Projects

The museum sponsors a considerable amount of internal research, with nearly all curators and many other staff running their own projects with a view to academic publication. Active internal projects cover topics such as the nineteenth-century ‘era of assassination’, the impact of arms and armour imports in late medieval England, Japanese armour in the British imagination between 1613 and 1965, the Royal Armouries’ collection of European medieval and Renaissance daggers recovered from the Thames, and the care and conservation of lacquered leather.

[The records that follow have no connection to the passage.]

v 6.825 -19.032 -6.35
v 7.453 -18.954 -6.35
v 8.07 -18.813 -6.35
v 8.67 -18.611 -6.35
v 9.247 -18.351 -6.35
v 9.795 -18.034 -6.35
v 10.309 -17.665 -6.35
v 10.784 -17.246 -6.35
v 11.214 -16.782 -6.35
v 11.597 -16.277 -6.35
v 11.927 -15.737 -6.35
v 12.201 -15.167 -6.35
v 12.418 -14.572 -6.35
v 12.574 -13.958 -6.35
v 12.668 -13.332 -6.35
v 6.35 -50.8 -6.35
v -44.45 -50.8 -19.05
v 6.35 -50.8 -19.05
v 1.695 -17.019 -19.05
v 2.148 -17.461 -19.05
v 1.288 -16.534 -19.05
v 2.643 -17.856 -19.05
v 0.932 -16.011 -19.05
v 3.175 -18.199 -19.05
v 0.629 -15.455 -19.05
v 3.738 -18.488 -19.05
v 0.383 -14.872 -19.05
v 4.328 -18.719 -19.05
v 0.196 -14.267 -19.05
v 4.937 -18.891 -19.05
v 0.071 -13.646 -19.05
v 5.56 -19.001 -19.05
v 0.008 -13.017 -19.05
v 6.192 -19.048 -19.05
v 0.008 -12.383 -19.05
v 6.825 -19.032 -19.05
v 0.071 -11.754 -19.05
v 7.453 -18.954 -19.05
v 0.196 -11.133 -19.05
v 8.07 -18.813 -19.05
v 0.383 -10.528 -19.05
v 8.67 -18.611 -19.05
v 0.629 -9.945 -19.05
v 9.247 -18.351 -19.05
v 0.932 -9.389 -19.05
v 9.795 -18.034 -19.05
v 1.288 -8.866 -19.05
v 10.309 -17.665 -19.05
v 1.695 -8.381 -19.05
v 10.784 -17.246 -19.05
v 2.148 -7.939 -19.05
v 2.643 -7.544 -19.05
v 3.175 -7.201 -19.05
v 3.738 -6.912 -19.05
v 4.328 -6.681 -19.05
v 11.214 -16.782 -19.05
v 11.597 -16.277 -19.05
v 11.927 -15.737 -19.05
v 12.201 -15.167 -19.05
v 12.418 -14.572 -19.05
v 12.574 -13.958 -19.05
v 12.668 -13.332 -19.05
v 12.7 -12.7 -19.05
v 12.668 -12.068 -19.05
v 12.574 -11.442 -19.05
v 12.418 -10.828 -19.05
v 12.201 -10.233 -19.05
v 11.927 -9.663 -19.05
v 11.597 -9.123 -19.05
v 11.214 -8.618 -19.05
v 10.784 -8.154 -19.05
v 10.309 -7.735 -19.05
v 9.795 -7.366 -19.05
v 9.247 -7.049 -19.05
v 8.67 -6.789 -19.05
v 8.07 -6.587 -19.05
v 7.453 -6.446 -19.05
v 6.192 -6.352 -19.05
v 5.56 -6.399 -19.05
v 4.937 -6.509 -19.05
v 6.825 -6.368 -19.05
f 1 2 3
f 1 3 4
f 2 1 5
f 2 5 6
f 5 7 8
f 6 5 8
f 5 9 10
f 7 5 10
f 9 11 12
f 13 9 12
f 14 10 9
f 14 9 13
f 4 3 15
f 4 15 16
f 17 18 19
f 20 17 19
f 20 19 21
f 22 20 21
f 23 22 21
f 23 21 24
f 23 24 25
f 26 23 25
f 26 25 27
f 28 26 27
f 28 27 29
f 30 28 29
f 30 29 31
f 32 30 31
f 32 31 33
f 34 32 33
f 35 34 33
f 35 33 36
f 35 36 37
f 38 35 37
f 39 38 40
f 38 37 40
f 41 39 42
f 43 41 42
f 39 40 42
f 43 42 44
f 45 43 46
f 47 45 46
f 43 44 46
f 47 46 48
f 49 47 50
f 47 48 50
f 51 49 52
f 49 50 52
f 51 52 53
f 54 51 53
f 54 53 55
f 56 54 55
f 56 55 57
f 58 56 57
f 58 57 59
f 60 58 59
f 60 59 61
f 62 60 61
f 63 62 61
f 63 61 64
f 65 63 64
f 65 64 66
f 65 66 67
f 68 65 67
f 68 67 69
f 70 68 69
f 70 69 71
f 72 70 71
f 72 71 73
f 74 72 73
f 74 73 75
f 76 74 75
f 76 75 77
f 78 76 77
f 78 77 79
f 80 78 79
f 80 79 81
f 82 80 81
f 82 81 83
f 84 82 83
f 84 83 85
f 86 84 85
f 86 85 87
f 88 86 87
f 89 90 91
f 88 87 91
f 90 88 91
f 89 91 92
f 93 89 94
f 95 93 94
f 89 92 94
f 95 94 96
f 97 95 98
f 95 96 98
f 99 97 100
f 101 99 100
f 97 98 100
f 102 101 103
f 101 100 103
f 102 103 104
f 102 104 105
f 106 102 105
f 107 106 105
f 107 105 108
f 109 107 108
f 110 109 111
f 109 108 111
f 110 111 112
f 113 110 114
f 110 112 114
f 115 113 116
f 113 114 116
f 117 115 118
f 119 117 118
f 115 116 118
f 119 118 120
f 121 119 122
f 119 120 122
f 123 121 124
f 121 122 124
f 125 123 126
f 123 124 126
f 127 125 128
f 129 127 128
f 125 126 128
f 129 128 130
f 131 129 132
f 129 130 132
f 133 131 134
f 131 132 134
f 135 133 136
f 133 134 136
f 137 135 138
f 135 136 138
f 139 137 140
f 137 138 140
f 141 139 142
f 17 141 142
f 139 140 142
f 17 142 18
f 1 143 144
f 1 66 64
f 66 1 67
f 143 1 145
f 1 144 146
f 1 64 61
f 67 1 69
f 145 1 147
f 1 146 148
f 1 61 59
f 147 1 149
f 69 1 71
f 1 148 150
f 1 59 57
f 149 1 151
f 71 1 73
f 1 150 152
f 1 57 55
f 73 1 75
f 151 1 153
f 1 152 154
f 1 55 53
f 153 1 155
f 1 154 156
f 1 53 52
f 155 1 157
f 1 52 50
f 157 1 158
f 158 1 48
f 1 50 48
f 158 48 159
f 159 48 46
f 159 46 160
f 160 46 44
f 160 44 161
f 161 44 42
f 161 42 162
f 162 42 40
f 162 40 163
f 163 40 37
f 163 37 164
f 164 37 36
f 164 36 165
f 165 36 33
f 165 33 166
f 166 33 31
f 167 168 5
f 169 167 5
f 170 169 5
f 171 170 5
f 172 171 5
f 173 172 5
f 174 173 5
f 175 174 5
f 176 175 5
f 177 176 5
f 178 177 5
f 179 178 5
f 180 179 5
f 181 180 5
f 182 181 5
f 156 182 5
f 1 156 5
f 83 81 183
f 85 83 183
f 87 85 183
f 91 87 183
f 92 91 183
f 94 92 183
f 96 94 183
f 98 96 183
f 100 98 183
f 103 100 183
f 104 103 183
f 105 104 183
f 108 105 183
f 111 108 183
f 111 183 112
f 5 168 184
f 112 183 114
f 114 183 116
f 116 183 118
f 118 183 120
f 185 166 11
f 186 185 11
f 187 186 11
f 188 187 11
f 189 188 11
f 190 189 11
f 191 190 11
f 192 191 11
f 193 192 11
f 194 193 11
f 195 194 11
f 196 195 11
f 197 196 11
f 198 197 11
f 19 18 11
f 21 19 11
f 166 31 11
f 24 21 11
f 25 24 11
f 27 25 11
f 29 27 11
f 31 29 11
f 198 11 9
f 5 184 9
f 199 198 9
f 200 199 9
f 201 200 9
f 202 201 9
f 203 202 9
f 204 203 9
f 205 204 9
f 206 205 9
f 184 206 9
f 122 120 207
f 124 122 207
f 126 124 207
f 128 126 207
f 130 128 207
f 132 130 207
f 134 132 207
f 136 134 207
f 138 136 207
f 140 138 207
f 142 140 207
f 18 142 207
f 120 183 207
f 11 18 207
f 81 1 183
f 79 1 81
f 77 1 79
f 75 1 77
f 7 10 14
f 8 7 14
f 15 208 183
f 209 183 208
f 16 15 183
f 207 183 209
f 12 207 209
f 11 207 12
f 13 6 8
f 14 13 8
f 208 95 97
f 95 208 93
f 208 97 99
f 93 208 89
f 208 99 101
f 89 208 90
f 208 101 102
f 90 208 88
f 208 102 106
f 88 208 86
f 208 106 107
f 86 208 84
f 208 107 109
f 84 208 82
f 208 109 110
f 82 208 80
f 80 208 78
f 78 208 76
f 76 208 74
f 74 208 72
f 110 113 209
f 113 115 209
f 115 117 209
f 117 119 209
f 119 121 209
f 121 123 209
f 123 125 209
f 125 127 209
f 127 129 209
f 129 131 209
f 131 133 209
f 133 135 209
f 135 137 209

The museum also collaborates with and supports the research of others. This includes scientific and technical research, museological studies, and historical studies of the significance of arms and armour. Previous externally-funded collaborative projects include ‘Warhorse: The Archaeology of a Military Revolution?’ (University of Exeter, AHRC Research Grant, AH/S000380/1) and ‘Museum Visitor Experience and the Responsible Use of AI to Communicate Colonial Collections’ (University of Sheffield, AHRC Research Grant, AH/Z505547/1). The museum has hosted two postdoctoral fellowships through its membership of the White Rose College of the Arts & Humanities Doctoral Training Partnership: an Innovation Placement (2018) covering infantry tactics of the Second World War, and an Engagement Fellowship (2023) exploring Italian rearmament after 1943. A third, the independently funded Jean Curry Memorial Fellowship (2022), covered the role of firearms in early nineteenth century South Africa and contributed towards a redisplay of the museum’s colonial wars section.

Conferences

Since 2019 the museum has regularly held ‘Weapons in Society’ conferences, targeted at early career researchers and postgraduate researchers working on topics related to arms and armour. In addition, the museum organises themed conferences related to the collection, such as ‘Plunder, Pillage and Spoils of War in History and Law’ (April 2025) in partnership with Manchester Metropolitan University and the Leverhulme Trust.

The museum is the largest dedicated conference, event and exhibition space in Leeds and one of the largest in the North, with facilities for up to 2,500 delegates. It frequently hosts major international collaborations: in 2024 it held the Museum’s Association conference, and jointly hosted the annual congress of the International Committee of Museums and Collections of Arms and Military History (ICOMAM) with the National Army Museum.

Publication

The museum publishes Arms & Armour, a semiannual peer-reviewed journal covering the use, development, decoration and display of arms and armour throughout history. In addition, it publishes monographs and edited collections in partnership with Boydell & Brewer in the Royal Armouries Research Series.